Instructions to follow:
One part of the entries below is wanted: the lines from the one containing "f 162 163 165" through the one containing "f 156 158 11". Write those out exactly and nothing else.

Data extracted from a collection
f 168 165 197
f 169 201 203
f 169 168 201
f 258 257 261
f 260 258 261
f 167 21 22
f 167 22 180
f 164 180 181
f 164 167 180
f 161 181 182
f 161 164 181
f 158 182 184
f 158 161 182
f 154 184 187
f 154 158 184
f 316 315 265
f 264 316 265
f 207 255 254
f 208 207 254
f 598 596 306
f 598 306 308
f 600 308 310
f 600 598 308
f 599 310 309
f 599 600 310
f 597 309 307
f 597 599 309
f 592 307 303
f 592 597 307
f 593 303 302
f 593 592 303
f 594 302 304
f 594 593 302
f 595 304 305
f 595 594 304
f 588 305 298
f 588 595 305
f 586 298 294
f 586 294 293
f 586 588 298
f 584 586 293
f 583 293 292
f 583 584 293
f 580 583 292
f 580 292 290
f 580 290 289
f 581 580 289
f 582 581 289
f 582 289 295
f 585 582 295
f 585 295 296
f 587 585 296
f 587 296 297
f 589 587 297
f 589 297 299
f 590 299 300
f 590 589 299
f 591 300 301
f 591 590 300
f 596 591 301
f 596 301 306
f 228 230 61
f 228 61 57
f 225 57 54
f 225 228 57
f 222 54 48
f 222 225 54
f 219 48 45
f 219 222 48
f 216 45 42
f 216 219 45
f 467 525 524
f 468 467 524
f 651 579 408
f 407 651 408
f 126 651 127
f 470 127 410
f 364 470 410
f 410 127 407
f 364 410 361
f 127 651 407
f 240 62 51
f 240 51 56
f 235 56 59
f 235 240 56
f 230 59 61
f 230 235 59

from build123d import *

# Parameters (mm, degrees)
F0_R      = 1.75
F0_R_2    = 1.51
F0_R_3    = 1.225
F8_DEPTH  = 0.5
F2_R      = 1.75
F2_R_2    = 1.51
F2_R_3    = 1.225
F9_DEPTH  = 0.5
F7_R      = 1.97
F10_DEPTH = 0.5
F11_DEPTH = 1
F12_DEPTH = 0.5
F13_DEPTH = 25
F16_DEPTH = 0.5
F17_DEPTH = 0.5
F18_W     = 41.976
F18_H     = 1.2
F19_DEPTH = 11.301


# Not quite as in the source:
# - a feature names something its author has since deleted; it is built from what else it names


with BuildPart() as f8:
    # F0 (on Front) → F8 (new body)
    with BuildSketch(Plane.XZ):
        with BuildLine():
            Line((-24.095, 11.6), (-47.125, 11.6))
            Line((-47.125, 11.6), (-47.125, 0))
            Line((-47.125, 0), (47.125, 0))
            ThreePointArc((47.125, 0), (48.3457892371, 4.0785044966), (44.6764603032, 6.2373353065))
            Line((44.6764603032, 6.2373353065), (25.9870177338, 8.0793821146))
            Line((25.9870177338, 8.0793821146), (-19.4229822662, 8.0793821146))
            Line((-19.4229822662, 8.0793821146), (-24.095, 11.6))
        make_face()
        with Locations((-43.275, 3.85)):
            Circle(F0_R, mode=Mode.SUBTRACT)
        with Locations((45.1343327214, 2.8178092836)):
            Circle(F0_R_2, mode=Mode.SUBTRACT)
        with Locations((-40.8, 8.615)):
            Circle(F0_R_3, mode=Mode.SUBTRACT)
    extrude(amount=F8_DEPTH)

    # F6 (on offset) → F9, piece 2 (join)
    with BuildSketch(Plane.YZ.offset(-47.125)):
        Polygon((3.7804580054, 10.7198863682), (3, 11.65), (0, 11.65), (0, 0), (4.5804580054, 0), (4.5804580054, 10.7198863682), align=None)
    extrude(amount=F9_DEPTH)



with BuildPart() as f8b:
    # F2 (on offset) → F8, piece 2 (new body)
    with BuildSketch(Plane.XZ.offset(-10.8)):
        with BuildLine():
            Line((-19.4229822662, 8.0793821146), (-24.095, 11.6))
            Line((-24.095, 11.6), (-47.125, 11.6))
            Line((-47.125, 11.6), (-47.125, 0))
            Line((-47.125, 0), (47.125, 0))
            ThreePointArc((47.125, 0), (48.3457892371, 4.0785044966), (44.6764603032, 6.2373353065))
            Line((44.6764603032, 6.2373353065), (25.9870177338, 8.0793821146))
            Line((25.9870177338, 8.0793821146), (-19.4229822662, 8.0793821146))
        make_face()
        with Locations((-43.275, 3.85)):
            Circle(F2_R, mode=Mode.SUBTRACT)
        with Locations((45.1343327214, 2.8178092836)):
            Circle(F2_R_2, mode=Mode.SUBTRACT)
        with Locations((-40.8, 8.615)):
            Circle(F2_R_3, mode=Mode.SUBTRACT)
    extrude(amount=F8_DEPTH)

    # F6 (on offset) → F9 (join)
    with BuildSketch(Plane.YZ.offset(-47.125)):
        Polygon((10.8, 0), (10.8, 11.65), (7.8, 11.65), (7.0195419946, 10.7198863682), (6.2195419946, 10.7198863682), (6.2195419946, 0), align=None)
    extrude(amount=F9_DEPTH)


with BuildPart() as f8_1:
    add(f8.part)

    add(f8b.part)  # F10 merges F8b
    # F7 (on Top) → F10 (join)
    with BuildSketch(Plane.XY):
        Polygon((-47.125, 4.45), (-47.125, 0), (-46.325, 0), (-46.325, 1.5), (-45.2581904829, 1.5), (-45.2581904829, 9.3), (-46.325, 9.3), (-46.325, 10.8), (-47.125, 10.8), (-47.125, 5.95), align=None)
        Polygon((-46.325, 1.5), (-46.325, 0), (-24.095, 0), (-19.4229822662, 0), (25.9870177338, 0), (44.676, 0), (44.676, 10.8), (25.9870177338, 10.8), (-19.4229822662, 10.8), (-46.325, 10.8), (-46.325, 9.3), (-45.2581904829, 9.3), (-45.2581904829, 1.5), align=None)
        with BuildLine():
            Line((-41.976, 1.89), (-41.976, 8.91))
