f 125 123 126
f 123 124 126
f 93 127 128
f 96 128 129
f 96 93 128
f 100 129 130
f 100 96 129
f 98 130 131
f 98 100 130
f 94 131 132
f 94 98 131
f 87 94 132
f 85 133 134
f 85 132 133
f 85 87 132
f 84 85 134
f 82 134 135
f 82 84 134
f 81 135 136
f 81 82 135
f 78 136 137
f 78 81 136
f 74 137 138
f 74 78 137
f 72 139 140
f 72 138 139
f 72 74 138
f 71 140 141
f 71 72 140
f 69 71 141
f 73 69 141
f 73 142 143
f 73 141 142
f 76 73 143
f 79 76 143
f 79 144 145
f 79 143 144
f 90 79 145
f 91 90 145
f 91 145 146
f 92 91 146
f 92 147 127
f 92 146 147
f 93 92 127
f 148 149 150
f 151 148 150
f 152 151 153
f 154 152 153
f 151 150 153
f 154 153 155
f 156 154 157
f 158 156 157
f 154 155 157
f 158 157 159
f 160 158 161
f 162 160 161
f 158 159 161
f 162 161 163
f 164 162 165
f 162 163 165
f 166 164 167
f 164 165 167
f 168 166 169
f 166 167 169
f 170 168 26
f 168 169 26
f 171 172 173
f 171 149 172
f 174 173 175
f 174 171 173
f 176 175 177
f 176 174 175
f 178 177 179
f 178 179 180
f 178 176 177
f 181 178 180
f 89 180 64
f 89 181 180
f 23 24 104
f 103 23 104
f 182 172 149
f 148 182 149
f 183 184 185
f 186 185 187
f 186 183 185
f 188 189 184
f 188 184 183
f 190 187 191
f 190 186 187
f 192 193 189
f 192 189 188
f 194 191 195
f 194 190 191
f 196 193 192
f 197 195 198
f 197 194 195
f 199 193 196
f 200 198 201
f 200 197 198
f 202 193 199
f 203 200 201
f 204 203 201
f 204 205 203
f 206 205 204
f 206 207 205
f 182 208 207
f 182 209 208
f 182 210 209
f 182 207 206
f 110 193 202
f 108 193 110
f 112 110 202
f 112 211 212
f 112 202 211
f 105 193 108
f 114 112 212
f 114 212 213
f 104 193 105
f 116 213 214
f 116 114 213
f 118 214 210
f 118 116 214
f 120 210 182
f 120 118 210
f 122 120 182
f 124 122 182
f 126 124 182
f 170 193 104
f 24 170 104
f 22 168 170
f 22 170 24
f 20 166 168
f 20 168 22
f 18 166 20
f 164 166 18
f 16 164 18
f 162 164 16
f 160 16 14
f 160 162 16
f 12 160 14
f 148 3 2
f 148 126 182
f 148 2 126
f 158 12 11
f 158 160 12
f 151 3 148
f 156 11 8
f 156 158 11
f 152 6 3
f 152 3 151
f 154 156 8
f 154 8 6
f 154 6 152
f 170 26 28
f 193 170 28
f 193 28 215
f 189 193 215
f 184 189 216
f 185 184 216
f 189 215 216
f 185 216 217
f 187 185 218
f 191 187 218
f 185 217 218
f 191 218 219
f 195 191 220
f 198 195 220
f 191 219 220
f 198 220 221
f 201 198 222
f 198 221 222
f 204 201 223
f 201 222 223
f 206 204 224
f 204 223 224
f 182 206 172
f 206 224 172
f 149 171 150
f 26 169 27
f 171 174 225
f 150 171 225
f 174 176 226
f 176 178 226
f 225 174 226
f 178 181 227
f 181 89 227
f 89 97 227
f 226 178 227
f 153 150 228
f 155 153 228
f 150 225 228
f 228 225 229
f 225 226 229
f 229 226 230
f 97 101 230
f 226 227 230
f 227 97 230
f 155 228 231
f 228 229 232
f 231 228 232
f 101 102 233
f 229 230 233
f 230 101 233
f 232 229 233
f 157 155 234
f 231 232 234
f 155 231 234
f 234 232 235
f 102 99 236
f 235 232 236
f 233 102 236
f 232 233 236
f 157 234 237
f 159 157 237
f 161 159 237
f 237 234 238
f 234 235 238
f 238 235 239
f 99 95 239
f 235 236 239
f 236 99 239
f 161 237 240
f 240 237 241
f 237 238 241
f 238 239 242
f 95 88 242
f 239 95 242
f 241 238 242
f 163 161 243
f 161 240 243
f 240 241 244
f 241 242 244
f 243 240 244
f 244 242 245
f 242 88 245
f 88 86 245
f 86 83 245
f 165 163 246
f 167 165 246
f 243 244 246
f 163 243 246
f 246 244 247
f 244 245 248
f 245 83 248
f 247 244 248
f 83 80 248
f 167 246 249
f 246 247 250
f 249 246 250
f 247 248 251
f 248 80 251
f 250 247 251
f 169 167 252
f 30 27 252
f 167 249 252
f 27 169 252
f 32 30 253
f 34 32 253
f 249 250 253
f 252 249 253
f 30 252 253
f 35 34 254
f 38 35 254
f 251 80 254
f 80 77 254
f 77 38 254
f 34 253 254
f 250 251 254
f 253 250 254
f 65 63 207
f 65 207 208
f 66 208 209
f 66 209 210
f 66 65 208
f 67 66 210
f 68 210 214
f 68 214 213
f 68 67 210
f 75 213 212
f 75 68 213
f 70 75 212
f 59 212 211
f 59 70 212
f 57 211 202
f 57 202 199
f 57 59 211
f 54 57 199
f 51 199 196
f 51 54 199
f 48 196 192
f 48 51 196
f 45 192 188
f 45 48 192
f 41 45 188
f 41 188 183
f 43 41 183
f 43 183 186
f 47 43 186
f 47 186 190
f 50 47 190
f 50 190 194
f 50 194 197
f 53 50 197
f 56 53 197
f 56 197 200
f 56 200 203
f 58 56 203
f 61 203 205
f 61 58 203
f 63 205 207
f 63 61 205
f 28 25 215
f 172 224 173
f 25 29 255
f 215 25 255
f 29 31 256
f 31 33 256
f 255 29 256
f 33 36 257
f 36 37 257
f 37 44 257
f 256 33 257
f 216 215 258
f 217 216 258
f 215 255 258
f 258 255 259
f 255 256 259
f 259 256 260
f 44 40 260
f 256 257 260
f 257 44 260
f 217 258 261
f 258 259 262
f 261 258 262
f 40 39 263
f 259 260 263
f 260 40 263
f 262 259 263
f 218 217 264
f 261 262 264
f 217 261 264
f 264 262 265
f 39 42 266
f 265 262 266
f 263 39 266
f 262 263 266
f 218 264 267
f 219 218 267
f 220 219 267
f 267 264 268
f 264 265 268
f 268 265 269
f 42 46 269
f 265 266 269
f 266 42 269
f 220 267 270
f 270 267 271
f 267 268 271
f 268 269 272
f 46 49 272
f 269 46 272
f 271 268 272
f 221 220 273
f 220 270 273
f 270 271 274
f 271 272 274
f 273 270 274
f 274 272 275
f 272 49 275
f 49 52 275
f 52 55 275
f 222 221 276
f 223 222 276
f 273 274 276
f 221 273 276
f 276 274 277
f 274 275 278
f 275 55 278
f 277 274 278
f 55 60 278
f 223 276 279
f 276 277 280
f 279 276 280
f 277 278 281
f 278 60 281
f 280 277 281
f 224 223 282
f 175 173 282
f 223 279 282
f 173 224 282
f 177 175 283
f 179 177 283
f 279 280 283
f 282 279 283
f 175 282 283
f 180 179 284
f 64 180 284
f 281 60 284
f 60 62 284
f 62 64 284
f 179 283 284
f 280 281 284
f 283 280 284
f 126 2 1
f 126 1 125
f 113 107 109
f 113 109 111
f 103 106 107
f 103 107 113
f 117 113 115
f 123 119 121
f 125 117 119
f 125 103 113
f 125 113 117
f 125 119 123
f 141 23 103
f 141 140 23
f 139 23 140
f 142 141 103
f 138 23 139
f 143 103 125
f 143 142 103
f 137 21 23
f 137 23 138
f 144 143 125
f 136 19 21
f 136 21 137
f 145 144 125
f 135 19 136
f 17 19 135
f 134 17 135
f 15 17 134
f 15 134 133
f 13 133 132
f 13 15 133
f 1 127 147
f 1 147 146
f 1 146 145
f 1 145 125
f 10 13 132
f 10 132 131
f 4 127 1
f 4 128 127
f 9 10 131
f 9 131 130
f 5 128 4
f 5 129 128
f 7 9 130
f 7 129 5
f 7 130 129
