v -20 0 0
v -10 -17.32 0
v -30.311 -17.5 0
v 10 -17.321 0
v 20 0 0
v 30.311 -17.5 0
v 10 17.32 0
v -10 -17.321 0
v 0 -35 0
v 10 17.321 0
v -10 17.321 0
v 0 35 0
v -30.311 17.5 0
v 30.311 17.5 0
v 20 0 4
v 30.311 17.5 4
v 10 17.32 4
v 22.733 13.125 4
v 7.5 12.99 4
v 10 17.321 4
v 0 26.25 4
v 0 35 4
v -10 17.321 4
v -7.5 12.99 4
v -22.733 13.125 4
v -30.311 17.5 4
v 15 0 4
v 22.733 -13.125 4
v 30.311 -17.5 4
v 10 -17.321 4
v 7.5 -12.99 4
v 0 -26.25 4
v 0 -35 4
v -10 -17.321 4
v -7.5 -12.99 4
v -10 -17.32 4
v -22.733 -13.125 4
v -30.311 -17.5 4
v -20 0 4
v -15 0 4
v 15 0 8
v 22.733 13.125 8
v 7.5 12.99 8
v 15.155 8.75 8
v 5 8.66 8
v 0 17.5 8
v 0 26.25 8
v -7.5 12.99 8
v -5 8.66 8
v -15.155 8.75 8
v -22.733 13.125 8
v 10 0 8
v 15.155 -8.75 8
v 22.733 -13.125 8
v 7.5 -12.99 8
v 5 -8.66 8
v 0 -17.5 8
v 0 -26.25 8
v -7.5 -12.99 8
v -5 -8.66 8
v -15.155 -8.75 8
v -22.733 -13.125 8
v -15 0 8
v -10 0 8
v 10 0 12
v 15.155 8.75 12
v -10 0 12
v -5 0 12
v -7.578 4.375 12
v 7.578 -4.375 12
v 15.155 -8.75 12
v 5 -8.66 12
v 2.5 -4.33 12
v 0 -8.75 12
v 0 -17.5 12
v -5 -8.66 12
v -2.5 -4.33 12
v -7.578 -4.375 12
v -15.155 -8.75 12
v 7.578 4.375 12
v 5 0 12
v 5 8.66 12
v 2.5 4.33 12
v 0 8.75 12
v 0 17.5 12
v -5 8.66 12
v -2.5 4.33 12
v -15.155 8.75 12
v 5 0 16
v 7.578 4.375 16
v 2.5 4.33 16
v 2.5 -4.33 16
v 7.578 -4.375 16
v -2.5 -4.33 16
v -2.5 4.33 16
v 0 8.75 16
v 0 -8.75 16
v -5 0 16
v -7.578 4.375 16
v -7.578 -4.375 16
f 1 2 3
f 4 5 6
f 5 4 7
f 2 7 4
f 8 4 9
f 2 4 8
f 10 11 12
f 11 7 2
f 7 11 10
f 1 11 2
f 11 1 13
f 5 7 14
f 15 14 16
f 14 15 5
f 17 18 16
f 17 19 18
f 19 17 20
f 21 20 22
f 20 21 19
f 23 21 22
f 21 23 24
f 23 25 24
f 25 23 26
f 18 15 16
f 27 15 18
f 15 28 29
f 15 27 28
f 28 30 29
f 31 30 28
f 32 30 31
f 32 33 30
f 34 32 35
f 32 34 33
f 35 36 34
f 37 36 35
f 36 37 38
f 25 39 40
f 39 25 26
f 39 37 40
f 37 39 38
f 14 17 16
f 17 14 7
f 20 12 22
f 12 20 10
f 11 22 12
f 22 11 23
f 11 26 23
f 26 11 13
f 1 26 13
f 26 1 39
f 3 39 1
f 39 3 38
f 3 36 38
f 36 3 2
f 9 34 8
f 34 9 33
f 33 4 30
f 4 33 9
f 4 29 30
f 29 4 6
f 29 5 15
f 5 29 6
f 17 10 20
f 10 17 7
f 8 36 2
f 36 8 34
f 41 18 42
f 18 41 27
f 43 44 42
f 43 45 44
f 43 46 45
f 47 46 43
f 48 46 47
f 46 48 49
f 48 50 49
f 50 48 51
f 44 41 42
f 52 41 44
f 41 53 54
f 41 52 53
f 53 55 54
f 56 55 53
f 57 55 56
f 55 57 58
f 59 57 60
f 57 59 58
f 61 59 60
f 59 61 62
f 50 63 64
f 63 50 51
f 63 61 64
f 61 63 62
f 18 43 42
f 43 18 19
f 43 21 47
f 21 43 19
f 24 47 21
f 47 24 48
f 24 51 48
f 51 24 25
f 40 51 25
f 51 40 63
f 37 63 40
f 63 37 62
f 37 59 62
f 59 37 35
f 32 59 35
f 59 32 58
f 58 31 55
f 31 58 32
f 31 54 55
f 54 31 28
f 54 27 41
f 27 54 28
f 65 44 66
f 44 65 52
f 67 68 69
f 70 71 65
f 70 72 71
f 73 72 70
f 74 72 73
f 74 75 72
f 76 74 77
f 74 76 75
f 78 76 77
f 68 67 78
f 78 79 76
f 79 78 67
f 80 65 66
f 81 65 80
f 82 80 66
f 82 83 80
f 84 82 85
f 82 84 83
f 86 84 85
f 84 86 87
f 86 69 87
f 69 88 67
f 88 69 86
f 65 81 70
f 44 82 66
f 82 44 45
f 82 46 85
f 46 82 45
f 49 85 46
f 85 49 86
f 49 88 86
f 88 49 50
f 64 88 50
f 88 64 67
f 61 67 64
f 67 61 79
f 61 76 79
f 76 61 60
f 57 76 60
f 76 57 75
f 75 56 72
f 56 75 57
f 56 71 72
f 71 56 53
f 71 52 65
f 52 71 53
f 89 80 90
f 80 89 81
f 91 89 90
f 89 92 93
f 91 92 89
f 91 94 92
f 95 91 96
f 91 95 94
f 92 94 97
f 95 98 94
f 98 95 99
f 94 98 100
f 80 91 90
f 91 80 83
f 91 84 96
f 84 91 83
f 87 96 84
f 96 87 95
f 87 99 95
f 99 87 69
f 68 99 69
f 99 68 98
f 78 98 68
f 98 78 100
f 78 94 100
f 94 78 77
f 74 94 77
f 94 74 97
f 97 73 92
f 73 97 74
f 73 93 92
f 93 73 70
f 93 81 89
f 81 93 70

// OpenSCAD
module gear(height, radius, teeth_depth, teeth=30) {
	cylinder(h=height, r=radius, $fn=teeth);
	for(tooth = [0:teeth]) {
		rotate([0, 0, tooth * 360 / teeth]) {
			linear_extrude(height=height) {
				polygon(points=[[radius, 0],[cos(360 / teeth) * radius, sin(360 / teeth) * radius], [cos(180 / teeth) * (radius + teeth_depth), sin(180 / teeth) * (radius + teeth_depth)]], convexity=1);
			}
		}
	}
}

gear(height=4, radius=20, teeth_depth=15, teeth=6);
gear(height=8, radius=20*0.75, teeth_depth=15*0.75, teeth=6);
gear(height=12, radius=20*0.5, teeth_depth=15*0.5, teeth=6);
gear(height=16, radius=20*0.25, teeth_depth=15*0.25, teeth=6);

* * *

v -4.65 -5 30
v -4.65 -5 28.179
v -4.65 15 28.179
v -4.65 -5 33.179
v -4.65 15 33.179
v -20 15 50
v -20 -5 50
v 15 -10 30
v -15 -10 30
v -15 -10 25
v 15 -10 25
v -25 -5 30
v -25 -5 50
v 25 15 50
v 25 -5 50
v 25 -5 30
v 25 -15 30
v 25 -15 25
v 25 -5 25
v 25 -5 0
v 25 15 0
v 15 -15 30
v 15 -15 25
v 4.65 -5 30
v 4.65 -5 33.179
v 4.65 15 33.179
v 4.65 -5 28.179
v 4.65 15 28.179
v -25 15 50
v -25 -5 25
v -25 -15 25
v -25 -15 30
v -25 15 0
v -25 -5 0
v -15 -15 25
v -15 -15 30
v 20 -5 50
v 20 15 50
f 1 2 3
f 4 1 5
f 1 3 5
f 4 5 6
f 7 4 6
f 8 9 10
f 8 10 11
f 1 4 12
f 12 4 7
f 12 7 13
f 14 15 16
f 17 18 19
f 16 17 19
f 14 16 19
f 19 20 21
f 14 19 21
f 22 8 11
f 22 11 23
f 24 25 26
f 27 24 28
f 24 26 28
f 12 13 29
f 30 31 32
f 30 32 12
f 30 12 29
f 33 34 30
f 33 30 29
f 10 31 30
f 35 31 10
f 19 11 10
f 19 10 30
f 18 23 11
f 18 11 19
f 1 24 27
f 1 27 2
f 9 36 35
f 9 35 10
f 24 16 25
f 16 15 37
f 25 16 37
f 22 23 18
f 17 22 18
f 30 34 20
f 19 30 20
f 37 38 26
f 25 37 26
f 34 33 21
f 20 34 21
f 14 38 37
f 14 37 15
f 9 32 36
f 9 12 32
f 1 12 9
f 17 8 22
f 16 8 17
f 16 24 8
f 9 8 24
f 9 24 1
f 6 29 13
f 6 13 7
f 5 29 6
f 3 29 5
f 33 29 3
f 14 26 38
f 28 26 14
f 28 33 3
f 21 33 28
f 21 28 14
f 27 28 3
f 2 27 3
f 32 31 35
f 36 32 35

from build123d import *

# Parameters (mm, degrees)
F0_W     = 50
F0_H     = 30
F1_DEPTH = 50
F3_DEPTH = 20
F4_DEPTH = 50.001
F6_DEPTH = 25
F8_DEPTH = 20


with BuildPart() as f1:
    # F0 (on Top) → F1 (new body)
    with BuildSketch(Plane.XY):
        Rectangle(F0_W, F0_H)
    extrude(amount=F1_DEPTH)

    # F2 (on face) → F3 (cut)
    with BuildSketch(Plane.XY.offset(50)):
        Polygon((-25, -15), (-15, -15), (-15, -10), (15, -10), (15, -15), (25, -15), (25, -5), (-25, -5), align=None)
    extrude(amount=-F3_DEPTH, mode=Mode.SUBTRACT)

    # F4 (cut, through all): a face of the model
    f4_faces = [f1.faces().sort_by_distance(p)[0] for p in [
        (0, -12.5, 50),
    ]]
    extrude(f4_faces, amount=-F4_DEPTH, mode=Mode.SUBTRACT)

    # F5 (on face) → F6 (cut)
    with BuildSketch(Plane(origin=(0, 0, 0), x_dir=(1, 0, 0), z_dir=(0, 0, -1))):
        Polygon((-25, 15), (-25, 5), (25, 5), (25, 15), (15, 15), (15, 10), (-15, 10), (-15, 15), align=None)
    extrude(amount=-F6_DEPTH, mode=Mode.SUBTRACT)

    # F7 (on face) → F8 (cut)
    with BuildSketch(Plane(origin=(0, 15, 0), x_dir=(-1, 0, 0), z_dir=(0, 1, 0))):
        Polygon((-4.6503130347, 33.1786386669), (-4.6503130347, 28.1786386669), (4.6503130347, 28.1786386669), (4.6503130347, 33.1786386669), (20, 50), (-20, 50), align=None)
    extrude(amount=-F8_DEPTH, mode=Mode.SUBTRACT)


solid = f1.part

Expected output:
f 162 163 165
f 166 164 167
f 164 165 167
f 168 166 169
f 166 167 169
f 170 168 26
f 168 169 26
f 171 172 173
f 171 149 172
f 174 173 175
f 174 171 173
f 176 175 177
f 176 174 175
f 178 177 179
f 178 179 180
f 178 176 177
f 181 178 180
f 89 180 64
f 89 181 180
f 23 24 104
f 103 23 104
f 182 172 149
f 148 182 149
f 183 184 185
f 186 185 187
f 186 183 185
f 188 189 184
f 188 184 183
f 190 187 191
f 190 186 187
f 192 193 189
f 192 189 188
f 194 191 195
f 194 190 191
f 196 193 192
f 197 195 198
f 197 194 195
f 199 193 196
f 200 198 201
f 200 197 198
f 202 193 199
f 203 200 201
f 204 203 201
f 204 205 203
f 206 205 204
f 206 207 205
f 182 208 207
f 182 209 208
f 182 210 209
f 182 207 206
f 110 193 202
f 108 193 110
f 112 110 202
f 112 211 212
f 112 202 211
f 105 193 108
f 114 112 212
f 114 212 213
f 104 193 105
f 116 213 214
f 116 114 213
f 118 214 210
f 118 116 214
f 120 210 182
f 120 118 210
f 122 120 182
f 124 122 182
f 126 124 182
f 170 193 104
f 24 170 104
f 22 168 170
f 22 170 24
f 20 166 168
f 20 168 22
f 18 166 20
f 164 166 18
f 16 164 18
f 162 164 16
f 160 16 14
f 160 162 16
f 12 160 14
f 148 3 2
f 148 126 182
f 148 2 126
f 158 12 11
f 158 160 12
f 151 3 148
f 156 11 8
f 156 158 11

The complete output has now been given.